Note: I originally wrote this post in November 2013, in response to an article about a prototype using Microsoft Kinect. I never posted it. Now I’ve seen at least three more, and I feel like I have to post this. I didn’t have to change much.
This has been shared by kind permission from Angus’s blog.
Angus Grieve-Smith is a hearing linguist and programmer. He created one of the early sign language synthesis prototypes in 1997, and has recently been working on information extraction projects in New York University’s Computer Science Department. He teaches Linguistics at Saint John’s University.
Hartmut Teuber
September 16, 2017
One has to admire the capacity of a human brain! To-date, no most powerful computer can simulate the whole extent of the human brain, not even the huge IBM chess computer Watson who defeated the chess grandmaster Karpov. The computer needs to do the same as what happens inside the so small space of the human skull that is filed with a finite, though huge, number of nerve cells.
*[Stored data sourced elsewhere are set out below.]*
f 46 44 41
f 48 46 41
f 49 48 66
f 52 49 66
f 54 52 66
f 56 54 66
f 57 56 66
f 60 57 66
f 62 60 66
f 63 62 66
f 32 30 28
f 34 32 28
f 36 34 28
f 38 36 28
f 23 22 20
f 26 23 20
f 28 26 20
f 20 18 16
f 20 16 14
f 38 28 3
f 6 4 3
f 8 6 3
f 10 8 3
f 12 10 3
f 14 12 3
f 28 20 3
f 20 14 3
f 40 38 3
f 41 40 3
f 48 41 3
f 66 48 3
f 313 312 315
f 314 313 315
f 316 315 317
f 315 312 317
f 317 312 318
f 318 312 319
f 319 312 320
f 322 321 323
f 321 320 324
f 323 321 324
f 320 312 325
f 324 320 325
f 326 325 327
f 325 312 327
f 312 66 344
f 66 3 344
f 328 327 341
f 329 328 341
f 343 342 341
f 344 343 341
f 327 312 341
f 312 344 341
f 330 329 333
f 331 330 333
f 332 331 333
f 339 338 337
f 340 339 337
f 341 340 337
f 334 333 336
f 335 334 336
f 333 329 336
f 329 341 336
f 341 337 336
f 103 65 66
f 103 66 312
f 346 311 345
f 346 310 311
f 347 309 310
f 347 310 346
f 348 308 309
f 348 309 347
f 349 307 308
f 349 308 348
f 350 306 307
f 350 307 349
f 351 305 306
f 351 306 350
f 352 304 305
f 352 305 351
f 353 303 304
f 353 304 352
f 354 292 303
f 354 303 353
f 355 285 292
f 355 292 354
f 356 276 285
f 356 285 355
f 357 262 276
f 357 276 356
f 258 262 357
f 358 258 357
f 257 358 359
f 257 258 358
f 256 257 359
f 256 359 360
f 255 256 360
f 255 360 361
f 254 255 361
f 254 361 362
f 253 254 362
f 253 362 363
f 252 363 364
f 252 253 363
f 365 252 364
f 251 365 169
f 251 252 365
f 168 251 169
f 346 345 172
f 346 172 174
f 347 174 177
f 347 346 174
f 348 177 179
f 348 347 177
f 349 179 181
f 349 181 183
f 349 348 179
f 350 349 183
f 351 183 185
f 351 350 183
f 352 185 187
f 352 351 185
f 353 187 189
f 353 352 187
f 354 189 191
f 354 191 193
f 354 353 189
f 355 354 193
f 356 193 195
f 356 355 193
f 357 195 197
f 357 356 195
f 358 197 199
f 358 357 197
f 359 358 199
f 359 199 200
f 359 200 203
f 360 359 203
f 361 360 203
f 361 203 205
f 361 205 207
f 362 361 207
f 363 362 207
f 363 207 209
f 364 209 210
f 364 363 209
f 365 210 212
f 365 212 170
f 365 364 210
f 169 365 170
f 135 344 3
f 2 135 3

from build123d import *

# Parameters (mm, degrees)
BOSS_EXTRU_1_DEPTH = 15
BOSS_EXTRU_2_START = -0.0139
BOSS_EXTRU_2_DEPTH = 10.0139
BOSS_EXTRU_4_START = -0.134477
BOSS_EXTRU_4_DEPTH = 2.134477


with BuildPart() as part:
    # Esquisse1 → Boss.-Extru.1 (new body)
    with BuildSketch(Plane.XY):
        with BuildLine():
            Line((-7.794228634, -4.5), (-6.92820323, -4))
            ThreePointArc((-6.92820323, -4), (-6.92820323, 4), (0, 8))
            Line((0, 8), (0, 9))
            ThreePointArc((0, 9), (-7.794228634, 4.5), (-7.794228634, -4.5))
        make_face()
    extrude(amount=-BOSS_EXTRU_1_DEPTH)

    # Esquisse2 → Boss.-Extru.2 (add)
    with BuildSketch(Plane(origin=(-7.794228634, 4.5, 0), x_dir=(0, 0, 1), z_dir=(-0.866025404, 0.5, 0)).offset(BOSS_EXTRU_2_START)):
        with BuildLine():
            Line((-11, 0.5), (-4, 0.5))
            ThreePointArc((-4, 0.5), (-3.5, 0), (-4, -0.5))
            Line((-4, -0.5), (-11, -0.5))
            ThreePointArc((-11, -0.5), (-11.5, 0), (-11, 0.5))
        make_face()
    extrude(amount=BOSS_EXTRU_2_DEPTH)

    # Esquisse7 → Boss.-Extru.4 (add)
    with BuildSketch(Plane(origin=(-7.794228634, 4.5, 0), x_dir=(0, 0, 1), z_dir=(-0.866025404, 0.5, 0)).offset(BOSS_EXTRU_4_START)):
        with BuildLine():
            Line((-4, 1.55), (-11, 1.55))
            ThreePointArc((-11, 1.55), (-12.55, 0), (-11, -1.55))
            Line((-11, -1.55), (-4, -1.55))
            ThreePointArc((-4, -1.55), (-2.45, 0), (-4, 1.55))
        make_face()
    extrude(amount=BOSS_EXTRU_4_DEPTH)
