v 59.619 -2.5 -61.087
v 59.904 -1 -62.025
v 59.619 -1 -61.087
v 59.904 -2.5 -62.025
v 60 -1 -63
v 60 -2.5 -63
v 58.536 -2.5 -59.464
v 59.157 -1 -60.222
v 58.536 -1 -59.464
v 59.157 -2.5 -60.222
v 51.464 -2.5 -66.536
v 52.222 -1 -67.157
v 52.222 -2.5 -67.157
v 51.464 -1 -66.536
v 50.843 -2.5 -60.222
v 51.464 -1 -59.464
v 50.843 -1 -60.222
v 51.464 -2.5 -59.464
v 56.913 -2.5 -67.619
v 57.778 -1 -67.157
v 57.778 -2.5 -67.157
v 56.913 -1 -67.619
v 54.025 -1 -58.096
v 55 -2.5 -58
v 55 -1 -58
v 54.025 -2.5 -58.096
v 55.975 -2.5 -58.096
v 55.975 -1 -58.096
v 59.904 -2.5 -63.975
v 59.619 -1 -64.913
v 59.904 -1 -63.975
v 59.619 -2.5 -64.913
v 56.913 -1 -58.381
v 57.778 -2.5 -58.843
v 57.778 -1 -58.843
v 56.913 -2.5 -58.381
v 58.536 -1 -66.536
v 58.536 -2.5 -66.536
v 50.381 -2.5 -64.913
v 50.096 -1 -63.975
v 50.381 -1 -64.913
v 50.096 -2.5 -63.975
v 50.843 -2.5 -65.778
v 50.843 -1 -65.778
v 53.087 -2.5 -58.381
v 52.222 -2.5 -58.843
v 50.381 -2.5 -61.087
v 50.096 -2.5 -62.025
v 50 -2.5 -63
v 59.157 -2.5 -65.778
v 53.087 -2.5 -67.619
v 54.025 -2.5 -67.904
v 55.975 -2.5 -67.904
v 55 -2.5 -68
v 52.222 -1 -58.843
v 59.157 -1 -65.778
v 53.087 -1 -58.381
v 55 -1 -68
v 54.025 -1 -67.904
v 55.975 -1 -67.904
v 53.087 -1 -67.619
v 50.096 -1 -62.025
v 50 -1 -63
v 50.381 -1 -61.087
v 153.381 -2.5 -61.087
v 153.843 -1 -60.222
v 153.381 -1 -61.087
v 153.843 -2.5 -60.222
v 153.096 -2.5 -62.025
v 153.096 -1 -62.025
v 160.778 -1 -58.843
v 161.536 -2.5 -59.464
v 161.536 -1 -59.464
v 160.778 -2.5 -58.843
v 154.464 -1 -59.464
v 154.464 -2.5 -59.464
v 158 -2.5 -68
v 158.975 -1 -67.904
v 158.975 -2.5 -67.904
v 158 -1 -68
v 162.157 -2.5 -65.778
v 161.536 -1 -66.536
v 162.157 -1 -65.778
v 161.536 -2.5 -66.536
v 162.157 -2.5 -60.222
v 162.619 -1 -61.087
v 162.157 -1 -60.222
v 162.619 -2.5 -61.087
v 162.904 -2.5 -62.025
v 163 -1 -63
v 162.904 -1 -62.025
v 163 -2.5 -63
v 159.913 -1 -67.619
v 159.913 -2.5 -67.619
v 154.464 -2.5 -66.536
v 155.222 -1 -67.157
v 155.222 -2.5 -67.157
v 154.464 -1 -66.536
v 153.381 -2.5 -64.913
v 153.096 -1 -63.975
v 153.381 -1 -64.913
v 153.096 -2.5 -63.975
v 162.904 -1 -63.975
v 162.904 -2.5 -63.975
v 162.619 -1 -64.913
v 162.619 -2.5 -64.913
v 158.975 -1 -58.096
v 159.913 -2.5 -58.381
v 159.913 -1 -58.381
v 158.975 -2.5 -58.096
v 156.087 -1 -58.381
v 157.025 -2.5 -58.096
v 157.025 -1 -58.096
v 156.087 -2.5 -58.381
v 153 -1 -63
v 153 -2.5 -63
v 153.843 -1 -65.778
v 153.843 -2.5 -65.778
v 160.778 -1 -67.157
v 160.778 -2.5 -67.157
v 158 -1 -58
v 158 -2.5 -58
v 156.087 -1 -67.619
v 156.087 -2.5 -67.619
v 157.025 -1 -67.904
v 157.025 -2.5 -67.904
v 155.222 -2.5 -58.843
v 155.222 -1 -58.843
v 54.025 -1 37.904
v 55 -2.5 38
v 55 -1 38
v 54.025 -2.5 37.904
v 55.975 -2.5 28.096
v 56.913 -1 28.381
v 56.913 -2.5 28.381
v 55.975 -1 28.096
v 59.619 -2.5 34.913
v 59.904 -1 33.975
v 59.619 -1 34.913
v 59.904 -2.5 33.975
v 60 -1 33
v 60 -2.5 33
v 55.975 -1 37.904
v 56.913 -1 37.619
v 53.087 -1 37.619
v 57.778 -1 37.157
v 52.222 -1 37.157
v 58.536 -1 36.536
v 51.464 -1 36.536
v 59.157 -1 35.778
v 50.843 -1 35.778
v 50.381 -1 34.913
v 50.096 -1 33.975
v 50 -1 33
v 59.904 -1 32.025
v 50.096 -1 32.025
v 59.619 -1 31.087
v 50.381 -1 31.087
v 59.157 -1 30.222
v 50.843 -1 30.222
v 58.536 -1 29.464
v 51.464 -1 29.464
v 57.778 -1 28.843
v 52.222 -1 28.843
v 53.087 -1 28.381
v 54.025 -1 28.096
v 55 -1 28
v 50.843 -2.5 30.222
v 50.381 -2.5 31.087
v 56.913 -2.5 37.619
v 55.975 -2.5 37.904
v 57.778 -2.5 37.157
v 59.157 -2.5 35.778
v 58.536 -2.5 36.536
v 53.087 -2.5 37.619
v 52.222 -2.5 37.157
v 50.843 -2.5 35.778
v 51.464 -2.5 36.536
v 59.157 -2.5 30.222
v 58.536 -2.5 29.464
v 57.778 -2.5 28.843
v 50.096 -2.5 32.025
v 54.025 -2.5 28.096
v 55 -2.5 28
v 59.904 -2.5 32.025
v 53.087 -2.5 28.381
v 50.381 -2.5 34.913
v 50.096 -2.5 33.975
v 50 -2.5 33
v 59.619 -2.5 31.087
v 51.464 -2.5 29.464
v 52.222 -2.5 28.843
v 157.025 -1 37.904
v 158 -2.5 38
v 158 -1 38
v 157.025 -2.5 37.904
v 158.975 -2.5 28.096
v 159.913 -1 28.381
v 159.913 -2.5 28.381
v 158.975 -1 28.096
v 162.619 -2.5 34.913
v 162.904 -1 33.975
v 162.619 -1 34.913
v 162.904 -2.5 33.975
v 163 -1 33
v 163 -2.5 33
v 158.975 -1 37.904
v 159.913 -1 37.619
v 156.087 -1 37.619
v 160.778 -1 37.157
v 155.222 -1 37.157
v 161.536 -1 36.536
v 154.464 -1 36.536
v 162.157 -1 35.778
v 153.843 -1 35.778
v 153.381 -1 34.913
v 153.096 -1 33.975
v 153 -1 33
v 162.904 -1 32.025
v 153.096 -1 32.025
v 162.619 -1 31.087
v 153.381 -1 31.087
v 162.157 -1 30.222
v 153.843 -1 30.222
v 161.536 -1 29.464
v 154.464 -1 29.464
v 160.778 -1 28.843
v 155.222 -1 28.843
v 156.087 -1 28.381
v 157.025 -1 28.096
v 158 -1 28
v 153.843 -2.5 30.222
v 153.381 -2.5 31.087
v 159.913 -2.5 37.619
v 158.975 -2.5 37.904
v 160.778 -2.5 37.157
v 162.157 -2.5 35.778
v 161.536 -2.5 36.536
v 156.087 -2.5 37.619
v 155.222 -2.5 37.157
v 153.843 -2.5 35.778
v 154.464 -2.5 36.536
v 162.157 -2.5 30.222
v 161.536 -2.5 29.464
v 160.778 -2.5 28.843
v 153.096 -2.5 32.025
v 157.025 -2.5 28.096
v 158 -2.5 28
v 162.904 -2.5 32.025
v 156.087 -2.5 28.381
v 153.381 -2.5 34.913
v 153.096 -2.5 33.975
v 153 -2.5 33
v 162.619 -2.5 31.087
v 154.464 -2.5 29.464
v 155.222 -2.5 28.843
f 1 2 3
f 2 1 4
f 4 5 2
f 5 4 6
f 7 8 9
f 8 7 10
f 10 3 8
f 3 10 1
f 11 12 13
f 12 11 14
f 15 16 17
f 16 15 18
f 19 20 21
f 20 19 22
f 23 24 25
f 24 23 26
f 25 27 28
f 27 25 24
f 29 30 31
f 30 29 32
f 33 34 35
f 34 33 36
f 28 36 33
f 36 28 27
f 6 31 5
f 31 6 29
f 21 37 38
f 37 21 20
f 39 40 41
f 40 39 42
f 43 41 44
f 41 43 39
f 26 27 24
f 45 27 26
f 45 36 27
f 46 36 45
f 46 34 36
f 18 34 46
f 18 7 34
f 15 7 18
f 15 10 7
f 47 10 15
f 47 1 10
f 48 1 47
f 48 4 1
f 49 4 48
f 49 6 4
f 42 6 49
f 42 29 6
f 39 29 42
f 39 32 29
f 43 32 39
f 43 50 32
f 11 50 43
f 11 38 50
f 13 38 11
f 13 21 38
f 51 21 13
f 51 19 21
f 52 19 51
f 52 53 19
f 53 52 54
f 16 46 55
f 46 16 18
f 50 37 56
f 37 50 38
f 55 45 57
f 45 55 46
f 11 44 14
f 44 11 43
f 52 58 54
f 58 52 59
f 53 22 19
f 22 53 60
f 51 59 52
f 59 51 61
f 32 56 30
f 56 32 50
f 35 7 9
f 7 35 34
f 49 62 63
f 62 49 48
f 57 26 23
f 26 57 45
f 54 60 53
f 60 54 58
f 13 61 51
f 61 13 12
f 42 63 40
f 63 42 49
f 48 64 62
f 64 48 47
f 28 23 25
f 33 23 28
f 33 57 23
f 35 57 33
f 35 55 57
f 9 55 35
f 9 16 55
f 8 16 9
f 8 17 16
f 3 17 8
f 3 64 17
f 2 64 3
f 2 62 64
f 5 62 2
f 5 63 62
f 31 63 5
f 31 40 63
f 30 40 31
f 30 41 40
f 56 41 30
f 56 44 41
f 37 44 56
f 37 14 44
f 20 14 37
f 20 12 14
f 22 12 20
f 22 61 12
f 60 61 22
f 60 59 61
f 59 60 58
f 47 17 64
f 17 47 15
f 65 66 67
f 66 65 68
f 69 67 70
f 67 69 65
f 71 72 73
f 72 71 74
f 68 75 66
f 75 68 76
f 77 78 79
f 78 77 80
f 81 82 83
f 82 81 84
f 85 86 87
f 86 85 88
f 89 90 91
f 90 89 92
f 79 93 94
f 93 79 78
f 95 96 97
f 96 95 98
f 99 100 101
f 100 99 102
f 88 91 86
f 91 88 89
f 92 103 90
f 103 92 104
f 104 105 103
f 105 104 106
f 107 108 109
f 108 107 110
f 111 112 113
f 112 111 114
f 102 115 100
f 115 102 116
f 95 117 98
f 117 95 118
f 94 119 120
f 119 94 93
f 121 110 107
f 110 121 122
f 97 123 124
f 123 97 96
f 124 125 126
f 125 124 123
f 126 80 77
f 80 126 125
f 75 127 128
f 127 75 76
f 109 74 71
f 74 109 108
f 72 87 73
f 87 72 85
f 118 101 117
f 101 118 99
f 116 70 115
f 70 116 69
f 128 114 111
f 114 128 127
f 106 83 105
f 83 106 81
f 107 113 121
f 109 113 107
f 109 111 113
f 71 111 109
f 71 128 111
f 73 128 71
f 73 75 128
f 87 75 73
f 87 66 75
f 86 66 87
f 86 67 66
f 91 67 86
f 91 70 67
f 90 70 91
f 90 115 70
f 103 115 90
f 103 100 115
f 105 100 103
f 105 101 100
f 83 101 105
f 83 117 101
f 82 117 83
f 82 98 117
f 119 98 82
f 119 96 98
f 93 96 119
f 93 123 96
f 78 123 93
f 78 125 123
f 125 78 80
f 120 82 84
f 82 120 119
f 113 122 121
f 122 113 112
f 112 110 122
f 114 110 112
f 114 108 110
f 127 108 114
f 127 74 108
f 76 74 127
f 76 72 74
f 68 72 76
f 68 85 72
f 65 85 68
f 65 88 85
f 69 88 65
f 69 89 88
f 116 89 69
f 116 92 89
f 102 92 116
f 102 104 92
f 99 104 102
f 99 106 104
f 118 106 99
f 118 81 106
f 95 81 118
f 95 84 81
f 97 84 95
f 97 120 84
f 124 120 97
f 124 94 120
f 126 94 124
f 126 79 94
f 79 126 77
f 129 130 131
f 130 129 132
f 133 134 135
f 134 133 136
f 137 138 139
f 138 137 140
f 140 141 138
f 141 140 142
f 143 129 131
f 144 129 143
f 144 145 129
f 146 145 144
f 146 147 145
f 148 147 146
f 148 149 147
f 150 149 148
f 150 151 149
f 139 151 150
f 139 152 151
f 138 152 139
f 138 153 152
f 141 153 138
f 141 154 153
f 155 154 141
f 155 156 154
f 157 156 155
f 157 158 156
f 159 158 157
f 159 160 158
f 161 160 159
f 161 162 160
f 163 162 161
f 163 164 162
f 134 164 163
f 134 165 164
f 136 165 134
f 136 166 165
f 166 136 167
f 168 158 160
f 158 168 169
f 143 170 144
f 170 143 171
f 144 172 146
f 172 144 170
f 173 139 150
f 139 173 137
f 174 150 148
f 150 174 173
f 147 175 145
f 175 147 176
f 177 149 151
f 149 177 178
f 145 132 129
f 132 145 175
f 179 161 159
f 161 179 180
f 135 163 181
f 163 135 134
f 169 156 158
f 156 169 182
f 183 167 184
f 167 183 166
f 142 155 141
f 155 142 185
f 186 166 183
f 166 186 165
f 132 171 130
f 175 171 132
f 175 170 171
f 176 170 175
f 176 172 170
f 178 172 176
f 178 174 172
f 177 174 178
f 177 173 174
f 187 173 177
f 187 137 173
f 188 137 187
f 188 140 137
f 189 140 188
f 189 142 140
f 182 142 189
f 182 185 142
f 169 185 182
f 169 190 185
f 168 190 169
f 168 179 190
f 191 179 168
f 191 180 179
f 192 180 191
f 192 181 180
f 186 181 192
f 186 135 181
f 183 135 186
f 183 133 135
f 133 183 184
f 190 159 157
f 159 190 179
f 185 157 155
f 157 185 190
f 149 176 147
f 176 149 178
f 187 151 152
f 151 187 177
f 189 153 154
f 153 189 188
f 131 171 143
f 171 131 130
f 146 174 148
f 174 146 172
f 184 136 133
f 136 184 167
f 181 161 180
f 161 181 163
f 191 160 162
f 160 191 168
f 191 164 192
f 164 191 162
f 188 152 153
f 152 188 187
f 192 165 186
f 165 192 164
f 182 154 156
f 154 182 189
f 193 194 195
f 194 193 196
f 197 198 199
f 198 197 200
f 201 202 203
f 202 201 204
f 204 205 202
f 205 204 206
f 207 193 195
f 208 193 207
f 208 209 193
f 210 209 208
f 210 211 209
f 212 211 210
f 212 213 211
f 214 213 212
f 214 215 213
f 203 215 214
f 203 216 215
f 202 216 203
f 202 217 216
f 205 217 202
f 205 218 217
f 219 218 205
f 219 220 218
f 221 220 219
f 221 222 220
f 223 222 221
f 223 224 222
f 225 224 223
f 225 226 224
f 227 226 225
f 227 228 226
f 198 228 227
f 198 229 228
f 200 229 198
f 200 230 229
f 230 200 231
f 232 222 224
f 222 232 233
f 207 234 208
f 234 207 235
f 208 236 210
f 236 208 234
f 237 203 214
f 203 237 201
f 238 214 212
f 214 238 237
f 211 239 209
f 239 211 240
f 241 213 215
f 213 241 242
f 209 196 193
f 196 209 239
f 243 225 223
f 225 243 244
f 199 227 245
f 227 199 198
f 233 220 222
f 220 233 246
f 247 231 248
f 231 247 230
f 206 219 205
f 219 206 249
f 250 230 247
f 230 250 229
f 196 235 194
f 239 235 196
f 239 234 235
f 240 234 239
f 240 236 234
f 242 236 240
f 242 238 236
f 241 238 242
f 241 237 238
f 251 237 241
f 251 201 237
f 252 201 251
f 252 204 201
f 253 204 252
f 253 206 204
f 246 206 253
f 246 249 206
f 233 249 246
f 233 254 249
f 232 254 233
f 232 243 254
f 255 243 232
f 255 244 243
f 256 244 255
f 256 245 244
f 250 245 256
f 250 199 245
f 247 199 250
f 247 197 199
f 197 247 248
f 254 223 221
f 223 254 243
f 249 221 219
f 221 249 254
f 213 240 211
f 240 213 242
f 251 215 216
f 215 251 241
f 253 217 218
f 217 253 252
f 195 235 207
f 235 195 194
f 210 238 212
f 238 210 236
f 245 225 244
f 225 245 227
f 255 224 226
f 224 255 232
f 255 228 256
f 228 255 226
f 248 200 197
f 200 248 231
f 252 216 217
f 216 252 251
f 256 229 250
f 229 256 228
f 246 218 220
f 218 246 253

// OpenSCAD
for(p=[[55,-63],[158,-63],[55,33],[158,33]]) translate([p[0],-1,p[1]]) rotate([90,0,0]) cylinder(h=1.5,d=10,$fn=32);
Just fathom how it could store such a huge repository of visual x-y-z bit arrays that change in milliseconds (or bytes if in color) and auditory linear frequency-intensity bits at the lowest level of the phonetic level of language, extract from it a set of elementary building blocks by a categorization principle and then a lexicon of the language. With them words or signs, you store their usage semantics. Then you incorporate to it the grammar or rule system of the languages you know, which are often vague and contradictory to expert observers and sometimes native speakers.
Language as it is written is much easier for a computer to handle. It is not a language recognition task. It can skip processing a huge database of visual and auditory data to recognize the elementary units. The matching of sounds with written symbols had been predetermined and transmitted in literacy instructions. Yet any machine translation has not ever produced a perfect translation between languages.
Despite all attempts of overcoming the obstacles of simulating natural languages in computers, a human brain still can make sense out of nonsensical or contradictory input. It would require another huge computer, databases, and powerful artificial intelligence algorithms to figure out fuzzy utterances.